Respiratory viruses and eosinophils: exploring the connections

Abstract

In this review, we consider the role played by eosinophilic leukocytes in the pathogenesis and pathophysiology of respiratory virus infection. The vast majority of the available information on this topic focuses on respiratory syncytial virus (RSV; Family Paramyxoviridae, genus Pneumovirus), an important pediatric pathogen that infects infants worldwide. There is no vaccine currently available for RSV. A formalin-inactivated RSV vaccine used in a trial in the 1960s elicited immunopathology in response to natural RSV infection; this has been modeled experimentally, primarily in inbred mice and cotton rats. Eosinophils are recruited to the lung tissue in response to formalin-inactivated RSV vaccine antigens in humans and in experimental models, but they may or may not be involved in promoting the severe clinical sequelae observed.
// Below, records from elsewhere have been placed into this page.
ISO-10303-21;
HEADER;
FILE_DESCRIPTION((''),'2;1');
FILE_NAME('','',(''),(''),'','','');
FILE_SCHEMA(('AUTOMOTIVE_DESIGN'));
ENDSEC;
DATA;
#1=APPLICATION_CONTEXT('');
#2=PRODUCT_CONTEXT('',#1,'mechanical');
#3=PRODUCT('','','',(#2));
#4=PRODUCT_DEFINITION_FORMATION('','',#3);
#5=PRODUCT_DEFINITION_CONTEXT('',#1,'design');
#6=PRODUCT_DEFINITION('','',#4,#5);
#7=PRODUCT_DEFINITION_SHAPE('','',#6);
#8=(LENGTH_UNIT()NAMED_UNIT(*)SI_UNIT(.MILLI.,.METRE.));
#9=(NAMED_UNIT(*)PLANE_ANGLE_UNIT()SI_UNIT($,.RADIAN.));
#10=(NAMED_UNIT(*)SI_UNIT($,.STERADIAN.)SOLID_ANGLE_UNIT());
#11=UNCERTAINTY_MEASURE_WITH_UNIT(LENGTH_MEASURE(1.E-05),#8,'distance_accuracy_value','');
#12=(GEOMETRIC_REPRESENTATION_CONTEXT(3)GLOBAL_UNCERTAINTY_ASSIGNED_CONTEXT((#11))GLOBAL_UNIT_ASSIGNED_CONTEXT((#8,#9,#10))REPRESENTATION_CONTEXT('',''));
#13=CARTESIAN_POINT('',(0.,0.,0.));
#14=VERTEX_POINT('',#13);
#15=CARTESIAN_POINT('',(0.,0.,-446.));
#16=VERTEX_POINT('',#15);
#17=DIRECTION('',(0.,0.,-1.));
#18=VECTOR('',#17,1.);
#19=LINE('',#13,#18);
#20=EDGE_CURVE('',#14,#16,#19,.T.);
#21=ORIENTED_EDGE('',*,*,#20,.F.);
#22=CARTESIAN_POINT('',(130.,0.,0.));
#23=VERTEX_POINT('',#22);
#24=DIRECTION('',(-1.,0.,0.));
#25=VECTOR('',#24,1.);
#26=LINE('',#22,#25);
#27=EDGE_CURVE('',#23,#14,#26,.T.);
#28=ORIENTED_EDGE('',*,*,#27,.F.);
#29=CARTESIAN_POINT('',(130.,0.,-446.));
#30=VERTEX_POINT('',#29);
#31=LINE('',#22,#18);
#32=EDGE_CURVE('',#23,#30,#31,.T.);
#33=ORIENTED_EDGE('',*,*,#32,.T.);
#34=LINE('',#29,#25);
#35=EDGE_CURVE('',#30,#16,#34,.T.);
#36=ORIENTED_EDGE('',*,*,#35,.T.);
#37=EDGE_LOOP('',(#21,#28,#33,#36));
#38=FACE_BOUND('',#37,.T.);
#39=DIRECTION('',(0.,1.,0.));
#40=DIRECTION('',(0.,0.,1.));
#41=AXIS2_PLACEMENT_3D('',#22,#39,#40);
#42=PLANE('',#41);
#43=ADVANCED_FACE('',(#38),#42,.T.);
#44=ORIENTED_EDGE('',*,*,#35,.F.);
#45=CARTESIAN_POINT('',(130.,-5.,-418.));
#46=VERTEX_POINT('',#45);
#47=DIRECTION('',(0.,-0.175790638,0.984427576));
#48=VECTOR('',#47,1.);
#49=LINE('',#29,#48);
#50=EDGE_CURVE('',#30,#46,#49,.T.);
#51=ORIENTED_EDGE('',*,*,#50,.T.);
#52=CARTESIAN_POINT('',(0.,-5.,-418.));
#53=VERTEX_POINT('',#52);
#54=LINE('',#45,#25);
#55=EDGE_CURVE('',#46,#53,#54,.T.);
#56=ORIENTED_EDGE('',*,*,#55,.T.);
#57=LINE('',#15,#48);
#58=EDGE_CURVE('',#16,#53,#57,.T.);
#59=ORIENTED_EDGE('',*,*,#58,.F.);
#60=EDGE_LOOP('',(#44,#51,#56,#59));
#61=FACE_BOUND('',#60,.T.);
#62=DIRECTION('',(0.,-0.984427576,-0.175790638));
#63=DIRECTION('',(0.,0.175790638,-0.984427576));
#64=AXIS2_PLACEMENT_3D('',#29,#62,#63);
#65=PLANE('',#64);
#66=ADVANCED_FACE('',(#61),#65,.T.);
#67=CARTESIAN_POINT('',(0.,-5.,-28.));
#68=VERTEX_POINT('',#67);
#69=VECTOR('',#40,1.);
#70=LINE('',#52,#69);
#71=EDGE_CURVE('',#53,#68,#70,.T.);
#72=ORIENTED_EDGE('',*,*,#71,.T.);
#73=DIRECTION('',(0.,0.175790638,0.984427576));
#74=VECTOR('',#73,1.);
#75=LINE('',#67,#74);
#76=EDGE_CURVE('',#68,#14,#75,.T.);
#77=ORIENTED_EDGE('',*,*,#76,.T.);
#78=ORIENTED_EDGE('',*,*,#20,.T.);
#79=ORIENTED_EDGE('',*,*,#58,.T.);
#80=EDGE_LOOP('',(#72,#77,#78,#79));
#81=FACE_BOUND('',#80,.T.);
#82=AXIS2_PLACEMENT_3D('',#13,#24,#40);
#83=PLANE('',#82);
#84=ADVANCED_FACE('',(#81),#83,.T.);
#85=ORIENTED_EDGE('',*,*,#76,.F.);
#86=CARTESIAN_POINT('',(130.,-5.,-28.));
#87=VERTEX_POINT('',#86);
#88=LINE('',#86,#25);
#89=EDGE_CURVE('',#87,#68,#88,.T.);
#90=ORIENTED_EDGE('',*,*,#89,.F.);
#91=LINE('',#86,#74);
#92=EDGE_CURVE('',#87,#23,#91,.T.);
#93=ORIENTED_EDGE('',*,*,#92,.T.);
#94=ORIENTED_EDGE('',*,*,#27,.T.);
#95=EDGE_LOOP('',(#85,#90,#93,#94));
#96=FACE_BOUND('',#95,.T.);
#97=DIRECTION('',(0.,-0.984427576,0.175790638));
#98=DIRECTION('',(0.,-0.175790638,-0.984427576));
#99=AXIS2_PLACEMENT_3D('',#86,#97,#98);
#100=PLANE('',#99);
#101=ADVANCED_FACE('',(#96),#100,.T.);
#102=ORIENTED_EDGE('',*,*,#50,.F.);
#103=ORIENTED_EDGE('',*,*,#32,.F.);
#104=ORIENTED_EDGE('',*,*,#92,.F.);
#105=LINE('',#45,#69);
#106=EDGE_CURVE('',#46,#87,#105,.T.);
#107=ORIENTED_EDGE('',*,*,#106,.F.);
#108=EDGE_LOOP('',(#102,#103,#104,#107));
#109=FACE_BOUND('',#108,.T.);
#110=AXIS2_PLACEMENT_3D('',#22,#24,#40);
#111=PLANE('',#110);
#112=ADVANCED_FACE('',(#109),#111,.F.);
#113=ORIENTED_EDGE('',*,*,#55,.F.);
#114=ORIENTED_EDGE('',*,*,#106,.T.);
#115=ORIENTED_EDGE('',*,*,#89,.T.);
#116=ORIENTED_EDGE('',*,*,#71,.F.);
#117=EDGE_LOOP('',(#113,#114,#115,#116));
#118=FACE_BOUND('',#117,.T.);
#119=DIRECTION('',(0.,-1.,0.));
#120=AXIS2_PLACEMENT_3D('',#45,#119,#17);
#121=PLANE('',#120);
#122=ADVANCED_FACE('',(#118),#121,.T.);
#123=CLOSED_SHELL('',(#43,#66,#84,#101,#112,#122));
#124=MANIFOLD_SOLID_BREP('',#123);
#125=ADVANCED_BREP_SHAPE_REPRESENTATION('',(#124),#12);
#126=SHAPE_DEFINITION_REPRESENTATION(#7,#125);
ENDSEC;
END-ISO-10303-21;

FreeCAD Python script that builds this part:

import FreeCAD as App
import Part
import Sketcher

V = App.Vector
Q = App.Units.Quantity


def add_polygon(sketch, points):
    """Adds a closed chain of lines whose ends are joined by coincident constraints."""
    first, n = sketch.GeometryCount, len(points)
    for a, b in zip(points, points[1:] + points[:1]):
        sketch.addGeometry(Part.LineSegment(App.Vector(*a, 0), App.Vector(*b, 0)), False)
    for i in range(n):
        sketch.addConstraint(Sketcher.Constraint("Coincident", first + i, 2, first + (i + 1) % n, 1))

doc = App.newDocument("Part")
params = doc.addObject("Spreadsheet::Sheet", "Params")
for row, (alias, value) in enumerate([
    ("sketch1_height", "446 mm"),
    ("sketch1_height2", "390 mm"),
    ("pad1_length", "130 mm"),
], start=1):
    params.set(f"A{row}", alias)
    params.set(f"B{row}", "=" + value)
    params.setAlias(f"B{row}", alias)

body = doc.addObject("PartDesign::Body", "Body")

sketch1 = body.newObject("Sketcher::SketchObject", "Sketch")
sketch1.AttachmentSupport = (doc.getObject("YZ_Plane"), [""])
sketch1.MapMode = "FlatFace"
add_polygon(sketch1, [(0, -446), (0, 0), (-5, -28), (-5, -418)])
sketch1.addConstraint(Sketcher.Constraint("Vertical", 0))
sketch1.addConstraint(Sketcher.Constraint("Vertical", 2))
sketch1.addConstraint(Sketcher.Constraint("Coincident", 0, 2, -1, 1))
sketch1.addConstraint(Sketcher.Constraint("Equal", 1, 3))
sketch1.addConstraint(Sketcher.Constraint("DistanceY", 0, 1, 0, 2, Q("446 mm")))
sketch1.addConstraint(Sketcher.Constraint("DistanceY", 2, 2, 2, 1, Q("390 mm")))
sketch1.addConstraint(Sketcher.Constraint("DistanceX", 1, 2, -1, 1, Q("5 mm")))
sketch1.setExpression("Constraints[8]", "Params.sketch1_height")
sketch1.setExpression("Constraints[9]", "Params.sketch1_height2")
pad1 = body.newObject("PartDesign::Pad", "Pad")
pad1.Profile = sketch1
pad1.setExpression("Length", "Params.pad1_length")

doc.recompute()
Pulmonary eosinophilia elicited in response to primary RSV infection has also been explored; this response is particularly evident in the youngest human infants and in neonatal mouse models. Although pulmonary eosinophilia is nearly always perceived in a negative light, the specific role played by virus-elicited eosinophils - negative, positive or neutral bystander - remain unclear. Lastly, we consider the data that focus on the role of eosinophils in promoting virus clearance and antiviral host defense, and conclude with a recent study that explores the role of eosinophils themselves as targets of virus infection.

Fig. 1

Eosinophils. (A) Human eosinophils isolated from peripheral blood by negative selection and (B) mouse eosinophils detected in bone marrow.

Fig. 2

Hypersensitivity responses in mice vaccinated with formalin-fixed pneumovirus antigens. (A) Lung tissue from a mouse vaccinated with formalin-inactivated pneumonia virus of mice (PVM; a mouse pneumovirus related to human RSV) and then challenged intranasally with actively replicating virus (B) Eosinophils detected in bronchoalveolar lavage fluid from the mouse described in (A); (C) percentage eosinophils detected in bronchoalveolar lavage fluid in mice vaccinated with formalin-inactivated PVM vs. control antigen. Panels (A) and (B) reprinted with permission from Percopo et al. (2009).

Fig. 3

Detection of eosinophil granule proteins in lung washings from infants diagnosed with RSV. Concentrates of lung washings from infants undergoing ventilatory support for ELISA-confirmed severe RSV disease (lanes 1–10) probed with antibodies against eosinophil-derived neurotoxin (EDN) and eosinophil cationic protein (ECP); lanes 11–12, concentrates of lung washings from infants ventilated secondary to other causes, +C, positive control. Reprinted with permission from Harrison et al. (1999).

Fig. 4

Eosinophils promote antiviral host defense. (A) Eosinophils reduce the infectivity of RSV for target epithelial cells in vitro; (B) eosinophil-enriched interleukin-5 transgenic mice promote accelerated RSV clearance compared to wild type mice, with reduced virus titers detected at all time points examined. Panels (A) and (B) reprinted with permission from Domachowske et al. (1998) and Phipps et al. (2007), respectively.

Fig. 5

Pneumovirus replication in eosinophils. Cultured eosinophils derived from mouse bone marrow (A) stained with modified Giemsa and (B) stained with anti-mouse MBP antibody. (C) Replication of PVM in cultured mouse eosinophils; filled symbols, replication competent PVM; open symbols, heat-inactivated PVM. PVM is detected by quantitative RT-PCR targeting the virus SH gene. (D) Replication of PVM in cultured mouse eosinophils is accompanied by the replication-dependent release of interleukin-6; reprinted with permission from Dyer et al. (2008).